This study indicated low levels of S100A12 present in stool samples collected from healthy infants and children. A transient increase of faecal S100A12 was seen in a small number of infants.

S100A12 is becoming established as a sensitive and specific indictor of gut inflammation. An initial pediatric study showed high levels in children with IBD compared to healthy asymptomatic controls [8], and a subsequent study demonstrated that this marker was able to discriminate between children with IBD and those with gut symptoms not due to IBD [9]. Several adult studies also demonstrate that this marker is useful in the assessment of gut inflammation [10, 13].

S100A12 has been compared to calprotectin, a more established fecal inflammatory marker. Calprotectin, a heterodimer of two other proteins from the S100 family (A8 and A9), was initially demonstrated to be a valid marker of gut inflammation more than three decades ago [14]. Subsequently, studies in various settings, including children and adults [15, 16], have led to widespread use of this test. Studies evaluating calprotectin in young children have shown that the normal range in infants and young children differs from that in older children [17]. Namely, these younger children have more variable calprotectin levels, with a higher normal range. It is not clear if this is due to differences in intestinal permeability or consequent to more frequent intercurrent infections in this age group. However, this feature of calprotectin gives rise to more difficulty in interpretation of the results in this age group, with more false positive test results.

One study reports that fecal calprotectin (FC) is higher in children between 2 and 9 years than in children older than 10 years [18]. Another study showed that levels can be high in healthy infants and that wide interindividual variation of FC is normal in infants [19]. In that study, the levels of FC were lower in infants whose mothers had received antibiotics before or at delivery, suggesting a link between FC excretion and the development of gut bacteria. They also suggest that a great inter individual variation in healthy infants. Another possibility is that FC levels vary accordingly to dietary variations. One study shows that exclusively breastfed infants have higher levels of FC [20].

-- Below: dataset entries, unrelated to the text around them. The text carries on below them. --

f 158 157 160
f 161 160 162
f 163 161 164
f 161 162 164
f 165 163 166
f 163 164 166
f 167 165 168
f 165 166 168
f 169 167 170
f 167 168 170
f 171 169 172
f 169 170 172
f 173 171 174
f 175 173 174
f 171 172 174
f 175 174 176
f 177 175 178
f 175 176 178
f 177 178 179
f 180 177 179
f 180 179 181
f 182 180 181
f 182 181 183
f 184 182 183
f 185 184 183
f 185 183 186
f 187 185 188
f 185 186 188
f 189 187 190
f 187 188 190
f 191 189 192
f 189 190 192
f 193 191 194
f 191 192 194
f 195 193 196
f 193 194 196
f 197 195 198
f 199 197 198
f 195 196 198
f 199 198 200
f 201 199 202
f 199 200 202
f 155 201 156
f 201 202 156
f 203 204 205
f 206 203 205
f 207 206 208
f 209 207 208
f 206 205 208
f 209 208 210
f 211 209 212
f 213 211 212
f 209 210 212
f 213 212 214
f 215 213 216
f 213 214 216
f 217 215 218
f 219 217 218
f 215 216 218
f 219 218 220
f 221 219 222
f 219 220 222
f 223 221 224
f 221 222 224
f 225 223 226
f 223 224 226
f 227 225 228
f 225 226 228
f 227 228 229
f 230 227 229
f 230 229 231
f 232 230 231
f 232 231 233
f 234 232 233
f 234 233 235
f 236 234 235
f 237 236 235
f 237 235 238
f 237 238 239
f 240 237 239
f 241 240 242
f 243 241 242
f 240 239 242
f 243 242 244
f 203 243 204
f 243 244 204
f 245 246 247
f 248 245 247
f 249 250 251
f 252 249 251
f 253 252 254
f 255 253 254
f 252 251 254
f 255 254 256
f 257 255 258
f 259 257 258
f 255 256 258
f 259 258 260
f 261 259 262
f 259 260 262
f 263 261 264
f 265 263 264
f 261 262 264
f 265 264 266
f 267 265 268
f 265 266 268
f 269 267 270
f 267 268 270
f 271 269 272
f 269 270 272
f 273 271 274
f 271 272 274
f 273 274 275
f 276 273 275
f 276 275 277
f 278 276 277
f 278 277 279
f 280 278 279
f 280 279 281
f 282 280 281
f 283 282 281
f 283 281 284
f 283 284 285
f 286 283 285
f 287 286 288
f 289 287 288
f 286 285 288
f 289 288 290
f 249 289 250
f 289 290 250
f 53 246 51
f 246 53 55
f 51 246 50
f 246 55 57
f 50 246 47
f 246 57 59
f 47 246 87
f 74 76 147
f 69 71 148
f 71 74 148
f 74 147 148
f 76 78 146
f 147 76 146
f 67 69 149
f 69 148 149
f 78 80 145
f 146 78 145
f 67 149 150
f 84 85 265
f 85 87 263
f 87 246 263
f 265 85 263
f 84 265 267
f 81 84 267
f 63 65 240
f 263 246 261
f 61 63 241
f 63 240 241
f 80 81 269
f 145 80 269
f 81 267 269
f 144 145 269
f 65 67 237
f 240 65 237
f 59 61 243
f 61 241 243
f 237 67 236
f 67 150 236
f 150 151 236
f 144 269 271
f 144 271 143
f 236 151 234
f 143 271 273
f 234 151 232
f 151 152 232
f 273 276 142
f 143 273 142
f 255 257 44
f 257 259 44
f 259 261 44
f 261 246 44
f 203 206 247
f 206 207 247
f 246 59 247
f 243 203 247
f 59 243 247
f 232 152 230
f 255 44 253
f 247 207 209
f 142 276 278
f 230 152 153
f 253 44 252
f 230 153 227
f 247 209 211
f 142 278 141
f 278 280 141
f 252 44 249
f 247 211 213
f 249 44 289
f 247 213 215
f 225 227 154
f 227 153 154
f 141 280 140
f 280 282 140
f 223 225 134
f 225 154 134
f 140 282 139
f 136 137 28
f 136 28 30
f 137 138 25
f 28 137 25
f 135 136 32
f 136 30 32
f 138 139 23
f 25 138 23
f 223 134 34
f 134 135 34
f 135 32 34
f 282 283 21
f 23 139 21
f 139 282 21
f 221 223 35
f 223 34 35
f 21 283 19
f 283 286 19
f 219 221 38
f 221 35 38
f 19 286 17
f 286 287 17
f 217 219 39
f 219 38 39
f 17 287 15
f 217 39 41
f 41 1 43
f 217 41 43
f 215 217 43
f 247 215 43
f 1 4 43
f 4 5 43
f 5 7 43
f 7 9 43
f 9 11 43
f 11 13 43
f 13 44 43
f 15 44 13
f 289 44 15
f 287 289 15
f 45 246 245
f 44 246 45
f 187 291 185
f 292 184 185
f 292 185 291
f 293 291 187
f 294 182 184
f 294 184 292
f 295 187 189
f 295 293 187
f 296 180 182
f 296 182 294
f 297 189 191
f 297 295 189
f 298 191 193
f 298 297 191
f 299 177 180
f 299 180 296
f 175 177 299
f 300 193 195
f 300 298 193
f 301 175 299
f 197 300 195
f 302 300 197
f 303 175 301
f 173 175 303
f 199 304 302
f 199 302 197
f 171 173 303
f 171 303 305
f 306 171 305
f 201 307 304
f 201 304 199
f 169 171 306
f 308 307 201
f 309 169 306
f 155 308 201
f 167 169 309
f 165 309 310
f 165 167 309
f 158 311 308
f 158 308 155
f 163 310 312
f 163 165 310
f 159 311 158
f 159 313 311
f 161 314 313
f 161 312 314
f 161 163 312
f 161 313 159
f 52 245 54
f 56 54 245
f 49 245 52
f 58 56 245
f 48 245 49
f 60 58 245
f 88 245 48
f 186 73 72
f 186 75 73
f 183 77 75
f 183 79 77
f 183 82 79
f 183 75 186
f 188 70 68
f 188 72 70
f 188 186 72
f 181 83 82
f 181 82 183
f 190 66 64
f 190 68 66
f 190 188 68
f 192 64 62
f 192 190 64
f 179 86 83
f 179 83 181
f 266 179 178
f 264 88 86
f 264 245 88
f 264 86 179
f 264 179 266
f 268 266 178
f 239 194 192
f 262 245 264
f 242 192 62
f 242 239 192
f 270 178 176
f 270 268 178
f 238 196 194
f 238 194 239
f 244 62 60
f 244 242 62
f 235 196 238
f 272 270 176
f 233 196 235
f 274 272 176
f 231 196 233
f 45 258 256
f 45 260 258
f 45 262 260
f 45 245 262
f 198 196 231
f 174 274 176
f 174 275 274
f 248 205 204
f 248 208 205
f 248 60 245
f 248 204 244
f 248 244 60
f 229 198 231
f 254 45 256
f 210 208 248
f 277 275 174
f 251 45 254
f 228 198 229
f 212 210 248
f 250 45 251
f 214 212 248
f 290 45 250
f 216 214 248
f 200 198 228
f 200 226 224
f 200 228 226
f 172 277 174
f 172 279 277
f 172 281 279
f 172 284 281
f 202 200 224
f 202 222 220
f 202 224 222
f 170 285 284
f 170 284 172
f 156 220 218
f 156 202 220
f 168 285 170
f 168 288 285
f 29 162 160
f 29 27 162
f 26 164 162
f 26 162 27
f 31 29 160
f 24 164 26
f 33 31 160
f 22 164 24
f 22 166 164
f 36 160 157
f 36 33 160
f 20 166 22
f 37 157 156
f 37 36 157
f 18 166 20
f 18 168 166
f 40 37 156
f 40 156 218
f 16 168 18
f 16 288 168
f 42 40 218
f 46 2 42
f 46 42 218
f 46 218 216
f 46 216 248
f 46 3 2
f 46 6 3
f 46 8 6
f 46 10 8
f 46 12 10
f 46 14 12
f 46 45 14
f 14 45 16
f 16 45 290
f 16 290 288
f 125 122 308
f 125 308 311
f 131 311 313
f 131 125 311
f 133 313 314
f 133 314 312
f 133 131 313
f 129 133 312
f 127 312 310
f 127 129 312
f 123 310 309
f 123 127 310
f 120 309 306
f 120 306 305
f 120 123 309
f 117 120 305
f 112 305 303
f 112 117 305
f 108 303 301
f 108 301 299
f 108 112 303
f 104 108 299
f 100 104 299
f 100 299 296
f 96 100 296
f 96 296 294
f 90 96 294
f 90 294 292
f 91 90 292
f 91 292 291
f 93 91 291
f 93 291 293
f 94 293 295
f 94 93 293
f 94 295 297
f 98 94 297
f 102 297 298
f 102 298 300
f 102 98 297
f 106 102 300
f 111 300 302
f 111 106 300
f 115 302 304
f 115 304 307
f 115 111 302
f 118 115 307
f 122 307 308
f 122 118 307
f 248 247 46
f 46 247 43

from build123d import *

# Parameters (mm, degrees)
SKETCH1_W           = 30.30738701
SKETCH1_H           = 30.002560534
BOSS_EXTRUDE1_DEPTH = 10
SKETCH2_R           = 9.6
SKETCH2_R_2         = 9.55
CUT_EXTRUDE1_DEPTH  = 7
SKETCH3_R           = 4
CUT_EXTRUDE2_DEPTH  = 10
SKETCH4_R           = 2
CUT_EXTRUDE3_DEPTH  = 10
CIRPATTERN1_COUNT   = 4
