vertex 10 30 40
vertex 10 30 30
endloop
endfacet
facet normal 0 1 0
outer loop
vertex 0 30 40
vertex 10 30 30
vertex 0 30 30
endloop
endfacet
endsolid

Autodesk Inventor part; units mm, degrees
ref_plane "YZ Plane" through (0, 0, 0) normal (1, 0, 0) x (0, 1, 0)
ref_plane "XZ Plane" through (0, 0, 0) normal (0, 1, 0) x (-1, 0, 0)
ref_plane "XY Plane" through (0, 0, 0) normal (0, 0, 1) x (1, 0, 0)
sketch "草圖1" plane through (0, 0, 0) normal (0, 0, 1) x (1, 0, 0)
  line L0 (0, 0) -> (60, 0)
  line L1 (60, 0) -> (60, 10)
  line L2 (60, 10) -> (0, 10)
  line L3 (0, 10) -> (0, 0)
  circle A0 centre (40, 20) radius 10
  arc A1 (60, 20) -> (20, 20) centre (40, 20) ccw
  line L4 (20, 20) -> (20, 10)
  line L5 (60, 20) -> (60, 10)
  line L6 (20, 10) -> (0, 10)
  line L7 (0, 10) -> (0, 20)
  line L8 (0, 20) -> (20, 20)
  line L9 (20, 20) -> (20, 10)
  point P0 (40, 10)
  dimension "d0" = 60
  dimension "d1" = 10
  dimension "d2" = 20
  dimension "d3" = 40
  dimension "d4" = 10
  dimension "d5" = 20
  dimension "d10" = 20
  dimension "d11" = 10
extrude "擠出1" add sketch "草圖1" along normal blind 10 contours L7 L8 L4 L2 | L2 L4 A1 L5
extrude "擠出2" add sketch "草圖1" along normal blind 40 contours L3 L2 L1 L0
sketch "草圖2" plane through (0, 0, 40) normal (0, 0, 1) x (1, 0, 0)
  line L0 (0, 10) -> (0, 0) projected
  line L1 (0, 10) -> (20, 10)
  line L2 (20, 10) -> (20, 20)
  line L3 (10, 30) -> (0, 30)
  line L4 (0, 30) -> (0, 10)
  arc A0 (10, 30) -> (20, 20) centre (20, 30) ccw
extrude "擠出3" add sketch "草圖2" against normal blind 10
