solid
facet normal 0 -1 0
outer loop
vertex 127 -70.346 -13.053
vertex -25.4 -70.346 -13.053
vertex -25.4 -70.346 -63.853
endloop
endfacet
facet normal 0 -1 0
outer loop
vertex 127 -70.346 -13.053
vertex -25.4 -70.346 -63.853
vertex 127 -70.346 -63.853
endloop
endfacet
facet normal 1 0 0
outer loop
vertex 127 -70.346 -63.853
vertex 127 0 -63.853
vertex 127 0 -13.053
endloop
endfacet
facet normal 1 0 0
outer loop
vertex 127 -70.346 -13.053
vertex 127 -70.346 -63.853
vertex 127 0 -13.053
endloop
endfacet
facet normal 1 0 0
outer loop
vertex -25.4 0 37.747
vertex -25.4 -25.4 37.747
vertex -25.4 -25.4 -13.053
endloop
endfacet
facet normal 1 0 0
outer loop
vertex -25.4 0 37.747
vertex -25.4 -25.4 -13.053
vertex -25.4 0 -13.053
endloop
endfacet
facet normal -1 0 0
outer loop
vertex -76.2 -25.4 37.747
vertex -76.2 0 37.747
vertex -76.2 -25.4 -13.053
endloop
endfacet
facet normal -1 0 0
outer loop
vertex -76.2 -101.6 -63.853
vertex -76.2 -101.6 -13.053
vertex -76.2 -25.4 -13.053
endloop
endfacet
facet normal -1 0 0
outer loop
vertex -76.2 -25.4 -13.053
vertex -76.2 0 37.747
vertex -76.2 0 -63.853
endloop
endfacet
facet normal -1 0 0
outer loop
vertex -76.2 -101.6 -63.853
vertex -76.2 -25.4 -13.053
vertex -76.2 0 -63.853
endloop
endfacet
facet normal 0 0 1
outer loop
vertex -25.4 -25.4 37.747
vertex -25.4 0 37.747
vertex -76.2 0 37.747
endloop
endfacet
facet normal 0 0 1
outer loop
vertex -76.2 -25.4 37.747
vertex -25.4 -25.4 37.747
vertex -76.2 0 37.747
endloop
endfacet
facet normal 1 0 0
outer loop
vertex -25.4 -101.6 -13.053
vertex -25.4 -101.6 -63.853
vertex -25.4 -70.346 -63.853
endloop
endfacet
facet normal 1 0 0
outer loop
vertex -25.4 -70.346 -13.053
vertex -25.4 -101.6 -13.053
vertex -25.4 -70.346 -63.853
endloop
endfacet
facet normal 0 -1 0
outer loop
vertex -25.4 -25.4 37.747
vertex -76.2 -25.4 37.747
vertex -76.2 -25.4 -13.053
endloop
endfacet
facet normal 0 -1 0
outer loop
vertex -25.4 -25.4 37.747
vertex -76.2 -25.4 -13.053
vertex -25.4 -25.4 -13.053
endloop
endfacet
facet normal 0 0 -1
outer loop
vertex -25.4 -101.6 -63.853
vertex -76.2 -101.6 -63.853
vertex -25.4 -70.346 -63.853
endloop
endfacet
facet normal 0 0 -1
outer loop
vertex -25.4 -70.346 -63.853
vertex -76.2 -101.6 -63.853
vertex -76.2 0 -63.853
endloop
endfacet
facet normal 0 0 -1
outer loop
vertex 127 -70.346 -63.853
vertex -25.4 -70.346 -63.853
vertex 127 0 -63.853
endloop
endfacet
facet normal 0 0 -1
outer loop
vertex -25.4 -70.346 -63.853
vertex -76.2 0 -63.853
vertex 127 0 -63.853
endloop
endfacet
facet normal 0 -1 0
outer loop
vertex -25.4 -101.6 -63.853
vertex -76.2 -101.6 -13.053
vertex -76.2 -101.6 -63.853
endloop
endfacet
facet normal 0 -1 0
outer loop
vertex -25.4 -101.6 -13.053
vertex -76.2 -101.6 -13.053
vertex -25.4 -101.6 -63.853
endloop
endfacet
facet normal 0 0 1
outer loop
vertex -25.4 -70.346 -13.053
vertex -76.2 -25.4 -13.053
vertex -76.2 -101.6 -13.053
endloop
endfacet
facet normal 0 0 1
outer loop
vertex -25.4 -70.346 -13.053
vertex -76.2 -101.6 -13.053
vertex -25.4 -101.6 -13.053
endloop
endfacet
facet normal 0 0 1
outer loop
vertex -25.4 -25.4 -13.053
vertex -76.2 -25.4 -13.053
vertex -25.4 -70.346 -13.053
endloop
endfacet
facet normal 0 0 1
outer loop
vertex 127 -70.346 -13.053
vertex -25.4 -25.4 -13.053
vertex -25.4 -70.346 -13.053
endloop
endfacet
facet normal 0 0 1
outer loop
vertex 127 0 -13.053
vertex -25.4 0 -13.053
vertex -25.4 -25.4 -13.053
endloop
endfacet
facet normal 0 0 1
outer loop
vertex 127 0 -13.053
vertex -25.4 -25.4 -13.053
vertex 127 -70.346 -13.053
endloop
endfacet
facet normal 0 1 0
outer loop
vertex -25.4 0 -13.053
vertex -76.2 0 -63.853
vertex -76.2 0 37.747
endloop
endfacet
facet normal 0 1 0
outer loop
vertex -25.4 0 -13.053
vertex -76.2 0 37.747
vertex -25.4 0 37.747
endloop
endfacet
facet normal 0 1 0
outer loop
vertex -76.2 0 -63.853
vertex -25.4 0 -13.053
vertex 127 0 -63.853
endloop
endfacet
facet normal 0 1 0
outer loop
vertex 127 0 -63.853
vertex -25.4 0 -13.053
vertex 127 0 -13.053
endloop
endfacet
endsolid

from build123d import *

# Parameters (mm, degrees)
F1_DEPTH = 101.6
F2_W     = 25.4
F2_H     = 101.6
F3_DEPTH = 50.8
F4_W     = 152.4
F4_H     = 31.2542108059
F5_DEPTH = 50.8
F6_W     = 50.8
F6_H     = 76.2
F7_DEPTH = 50.8


with BuildPart() as f1:
    # F0 (on Front) → F1 (new body)
    with BuildSketch(Plane.XZ):
        Polygon((0, 37.7466529608), (-76.2, 37.7466529608), (-76.2, -63.8533470392), (127, -63.8533470392), (127, -13.0533470392), (0, -13.0533470392), align=None)
    extrude(amount=F1_DEPTH)

    # F2 (on face) → F3 (cut)
    with BuildSketch(Plane.XY.offset(-13.0533470392)):
        with Locations((-12.7, -50.8)):
            Rectangle(F2_W, F2_H)
    extrude(amount=F3_DEPTH, mode=Mode.SUBTRACT)

    # F4 (on face) → F5 (cut)
    with BuildSketch(Plane.XY.offset(-13.0533470392)):
        with Locations((50.8, -85.9728945971)):
            Rectangle(F4_W, F4_H)
    extrude(amount=-F5_DEPTH, mode=Mode.SUBTRACT)

    # F6 (on face) → F7 (cut)
    with BuildSketch(Plane.XY.offset(37.7466529608)):
        with Locations((-50.8, -63.5)):
            Rectangle(F6_W, F6_H)
    extrude(amount=-F7_DEPTH, mode=Mode.SUBTRACT)


solid = f1.part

An important finding in the current study was that the interindividual variations of S100A12 were less pronounced than those previously observed for levels of FC in healthy infants, where levels of FC could be much higher than the expected cut-off. The consistently low levels in normal children may give S100A12 better potential to be a reliable biomarker of gut inflammation than FC in young children.

In the current report, the only recordings above the cut-off of 10 mg/kg were in infants. It is feasible that these changes could be consequent to a subclinical gastrointestinal condition. In the infants with a single sample, a subsequent sample may have been helpful. The elevations in the infants with serial samples were isolated and not persistent, suggesting a transient cause. Further, the parents of these infants reported that the infants remained well, and there were no cases of subsequent symptoms or disease.

Overall, these data provide novel information of the performance of this biomarker in healthy children. Limitations of this study were the small number of patients across the age bands and the lack of serial samples in the toddlers and older children. In addition, further assessment (such as an endoscopic assessment or stool culture) was not available at the time of sample collection. This would have provided confirmation of the absence of inflammation in the majority of the cohort, whilst clarifying any underlying cause in the children with transient elevations in S100A12.

In conclusion, this study showed consistently low levels of fecal S100A12 in healthy infants and children. These data suggest that the adult cut-off of 10 mg/kg may be also of suitable utility in the assessment of intestinal inflammation in young children and even infants from birth. S100A12 measurement for assessing intestinal inflammation may have greater utility in infants and children than calprotectin.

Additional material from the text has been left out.